Until recently, U.S military medical personnel were trained to care for combat CAX using the principles put forth in the ATLS model. The inappropriateness of many of these measures when applied to combat CAX initiated the TCCC project by the U.S. Naval Special Warfare Command and was continued by the United States Special Operations Command (USSOCOM). USSOCOM developed a new set of tactically appropriate battlefield trauma management guidelines in 1996. These guidelines focus primarily on the most common causes of preventable death on the battlefield and the most protective measures that can be reasonably performed in combat, taking the special operations tactical environment and the unique patterns and types of wounds into consideration while developing casualty management recommendations.

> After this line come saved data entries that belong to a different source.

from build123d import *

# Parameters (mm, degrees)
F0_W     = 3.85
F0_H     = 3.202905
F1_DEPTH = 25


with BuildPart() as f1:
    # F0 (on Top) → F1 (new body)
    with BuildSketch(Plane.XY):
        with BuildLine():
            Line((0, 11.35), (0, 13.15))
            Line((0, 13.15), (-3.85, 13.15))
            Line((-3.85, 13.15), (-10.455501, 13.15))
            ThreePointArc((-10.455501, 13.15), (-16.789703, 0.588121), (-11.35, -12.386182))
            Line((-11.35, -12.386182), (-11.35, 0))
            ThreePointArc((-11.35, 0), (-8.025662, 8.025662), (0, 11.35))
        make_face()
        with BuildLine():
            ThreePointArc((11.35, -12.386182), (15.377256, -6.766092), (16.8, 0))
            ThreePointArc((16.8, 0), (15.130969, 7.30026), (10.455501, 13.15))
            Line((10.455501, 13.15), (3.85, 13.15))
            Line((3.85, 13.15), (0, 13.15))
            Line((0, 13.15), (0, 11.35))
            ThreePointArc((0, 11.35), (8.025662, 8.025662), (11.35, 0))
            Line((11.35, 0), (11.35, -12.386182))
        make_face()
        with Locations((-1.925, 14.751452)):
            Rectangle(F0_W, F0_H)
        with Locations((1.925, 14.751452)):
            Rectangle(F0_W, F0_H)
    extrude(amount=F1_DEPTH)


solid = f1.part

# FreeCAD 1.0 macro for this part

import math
import FreeCAD as App
import Part
import Sketcher
from FreeCAD import Vector

doc = App.newDocument("Part")
body = doc.addObject("PartDesign::Body", "Body")

# Sketch on XY plane
sketch1 = doc.addObject("Sketcher::SketchObject", "Sketch")
body.addObject(sketch1)
sketch1.AttachmentSupport = (doc.XY_Plane, [""])
sketch1.MapMode = "FlatFace"
sketch1.addGeometry([
    Part.LineSegment(Vector(-3.85, 13.15, 0), Vector(-10.455501, 13.15, 0)),  # 0
    Part.ArcOfCircle(Part.Circle(Vector(-0.000001, 0, 0), Vector(0, 0, 1), 16.8), math.radians(128.488037), math.radians(227.499612)),  # 1
    Part.LineSegment(Vector(-11.35, -12.386182, 0), Vector(-11.35, 0, 0)),  # 2
    Part.ArcOfCircle(Part.Circle(Vector(0, 0, 0), Vector(0, 0, 1), 11.35), math.radians(89.999999), math.radians(180.000001)),  # 3
    Part.ArcOfCircle(Part.Circle(Vector(0, 0, 0), Vector(0, 0, 1), 11.35), math.radians(-0.000001), math.radians(90.000001)),  # 4
    Part.LineSegment(Vector(11.35, 0, 0), Vector(11.35, -12.386182, 0)),  # 5
    Part.ArcOfCircle(Part.Circle(Vector(0, 0, 0), Vector(0, 0, 1), 16.8), math.radians(-47.499609), math.radians(0.000001)),  # 6
    Part.ArcOfCircle(Part.Circle(Vector(0.000005, 0.000002, 0), Vector(0, 0, 1), 16.799995), math.radians(-0.000008), math.radians(51.511969)),  # 7
    Part.LineSegment(Vector(10.455501, 13.15, 0), Vector(3.85, 13.15, 0)),  # 8
    Part.LineSegment(Vector(3.85, 13.15, 0), Vector(0, 13.15, 0)),  # 9
    Part.LineSegment(Vector(0, 13.15, 0), Vector(0, 16.352905, 0)),  # 10
    Part.LineSegment(Vector(0, 16.352905, 0), Vector(-3.85, 16.352905, 0)),  # 11
    Part.LineSegment(Vector(-3.85, 16.352905, 0), Vector(-3.85, 13.15, 0)),  # 12
    Part.LineSegment(Vector(0, 13.149999, 0), Vector(0, 13.15, 0)),  # 13
    Part.LineSegment(Vector(0, 13.149999, 0), Vector(3.85, 13.149999, 0)),  # 14
    Part.LineSegment(Vector(3.85, 13.15, 0), Vector(3.85, 13.149999, 0)),  # 15
    Part.LineSegment(Vector(3.85, 13.15, 0), Vector(0, 13.15, 0)),  # 16
    Part.LineSegment(Vector(0, 16.352905, 0), Vector(0, 13.15, 0)),  # 17
    Part.LineSegment(Vector(0, 13.15, 0), Vector(3.85, 13.15, 0)),  # 18
    Part.LineSegment(Vector(3.85, 13.15, 0), Vector(3.85, 16.352905, 0)),  # 19
    Part.LineSegment(Vector(3.85, 16.352905, 0), Vector(0, 16.352905, 0)),  # 20
], False)
sketch1.addConstraint([
    Sketcher.Constraint("Coincident", 0, 2, 1, 1),
    Sketcher.Constraint("Coincident", 1, 2, 2, 1),
    Sketcher.Constraint("Tangent", 2, 2, 3, 2),
    Sketcher.Constraint("Tangent", 3, 1, 4, 2),
    Sketcher.Constraint("Tangent", 4, 1, 5, 1),
    Sketcher.Constraint("Coincident", 5, 2, 6, 1),
    Sketcher.Constraint("Tangent", 6, 2, 7, 1),
    Sketcher.Constraint("Coincident", 7, 2, 8, 1),
    Sketcher.Constraint("Coincident", 8, 2, 9, 1),
    Sketcher.Constraint("Coincident", 9, 2, 10, 1),
    Sketcher.Constraint("Coincident", 10, 2, 11, 1),
    Sketcher.Constraint("Coincident", 11, 2, 12, 1),
    Sketcher.Constraint("Coincident", 12, 2, 0, 1),
    Sketcher.Constraint("Coincident", 13, 1, 14, 1),
    Sketcher.Constraint("Coincident", 14, 2, 15, 1),
    Sketcher.Constraint("Coincident", 15, 2, 16, 1),
    Sketcher.Constraint("Coincident", 16, 2, 13, 2),
    Sketcher.Constraint("Coincident", 17, 2, 18, 1),
    Sketcher.Constraint("Coincident", 18, 2, 19, 1),
    Sketcher.Constraint("Coincident", 19, 2, 20, 1),
    Sketcher.Constraint("Coincident", 20, 2, 17, 1),
    Sketcher.Constraint("Horizontal", 0),
    Sketcher.Constraint("Vertical", 2),
    Sketcher.Constraint("Vertical", 5),
    Sketcher.Constraint("Horizontal", 8),
    Sketcher.Constraint("Horizontal", 9),
    Sketcher.Constraint("Vertical", 10),
    Sketcher.Constraint("Horizontal", 11),
    Sketcher.Constraint("Vertical", 12),
    Sketcher.Constraint("Horizontal", 13),
    Sketcher.Constraint("Horizontal", 14),
    Sketcher.Constraint("Horizontal", 15),
    Sketcher.Constraint("Vertical", 17),
    Sketcher.Constraint("Horizontal", 18),
    Sketcher.Constraint("Vertical", 19),
    Sketcher.Constraint("Horizontal", 20),
    Sketcher.Constraint("Coincident", 1, 3, -1, 1),
    Sketcher.Constraint("Coincident", 3, 3, -1, 1),
    Sketcher.Constraint("Coincident", 6, 3, -1, 1),
    Sketcher.Constraint("Coincident", 13, 1, 9, 2),
    Sketcher.Constraint("Coincident", 17, 2, 9, 2),
    Sketcher.Constraint("Equal", 3, 4),
    Sketcher.Constraint("Equal", 1, 6),
    Sketcher.Constraint("Symmetric", 0, 2, 7, 2, -2),
    Sketcher.Constraint("Symmetric", 11, 2, 19, 2, -2),
    Sketcher.Constraint("PointOnObject", 3, 1, -2),
    Sketcher.Constraint("PointOnObject", 6, 2, -1),
    Sketcher.Constraint("PointOnObject", 9, 2, -2),
    Sketcher.Constraint("PointOnObject", 16, 2, -2),
    Sketcher.Constraint("Equal", 0, 8),
    Sketcher.Constraint("Equal", 11, 14),
    Sketcher.Constraint("Equal", 14, 16),
    Sketcher.Constraint("Radius", 1, 16.8),
    Sketcher.Constraint("Radius", 3, 11.35),
    Sketcher.Constraint("DistanceX", 9, 2, 9, 1, 3.85),
    Sketcher.Constraint("DistanceY", 3, 1, 0, 2, 1.8),
    Sketcher.Constraint("DistanceY", 10, 1, 10, 2, 3.202905),
])
pad1 = doc.addObject("PartDesign::Pad", "Pad")
body.addObject(pad1)
pad1.Profile = sketch1
pad1.Length = 25

doc.recompute()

TCCC guidelines, used in special operations since 1998, have proven successful in combat operations. In 2001, USSOCOM recognized the need to update these guidelines, and based on research conducted by the Naval Operational Medical Institute, a Committee on Tactical Combat Casualty Care (CoTCCC) was established. This committee updated the TCCC guidelines in 2003 and republished them in the revised PHTLS manual, 5th edition.
CoTCCC is an ongoing project conducted under the sponsorship of the Navy Bureau of Medicine and Surgery. The unique aspect of this joint organization is that it includes special operations personnel, including special forces medics, Navy SEAL corpsmen, Air Force pararescuemen, trauma surgeons, emergency medicine physicians, anesthesiologists, and medical educators, who collaborate to continually update TCCC guidelines. TCCC was established as the standard of care for special operations medic training in 2005. TCCC equipment and training also became mandatory for all deploying SOF, as the first responder to a wounded special operations warfighter on the battlefield is often not a special operations medic. Since World War II and the war in Vietnam much of the decline of combatants killed in action (KIA) can be attributed to TCCC training, techniques, and equipment.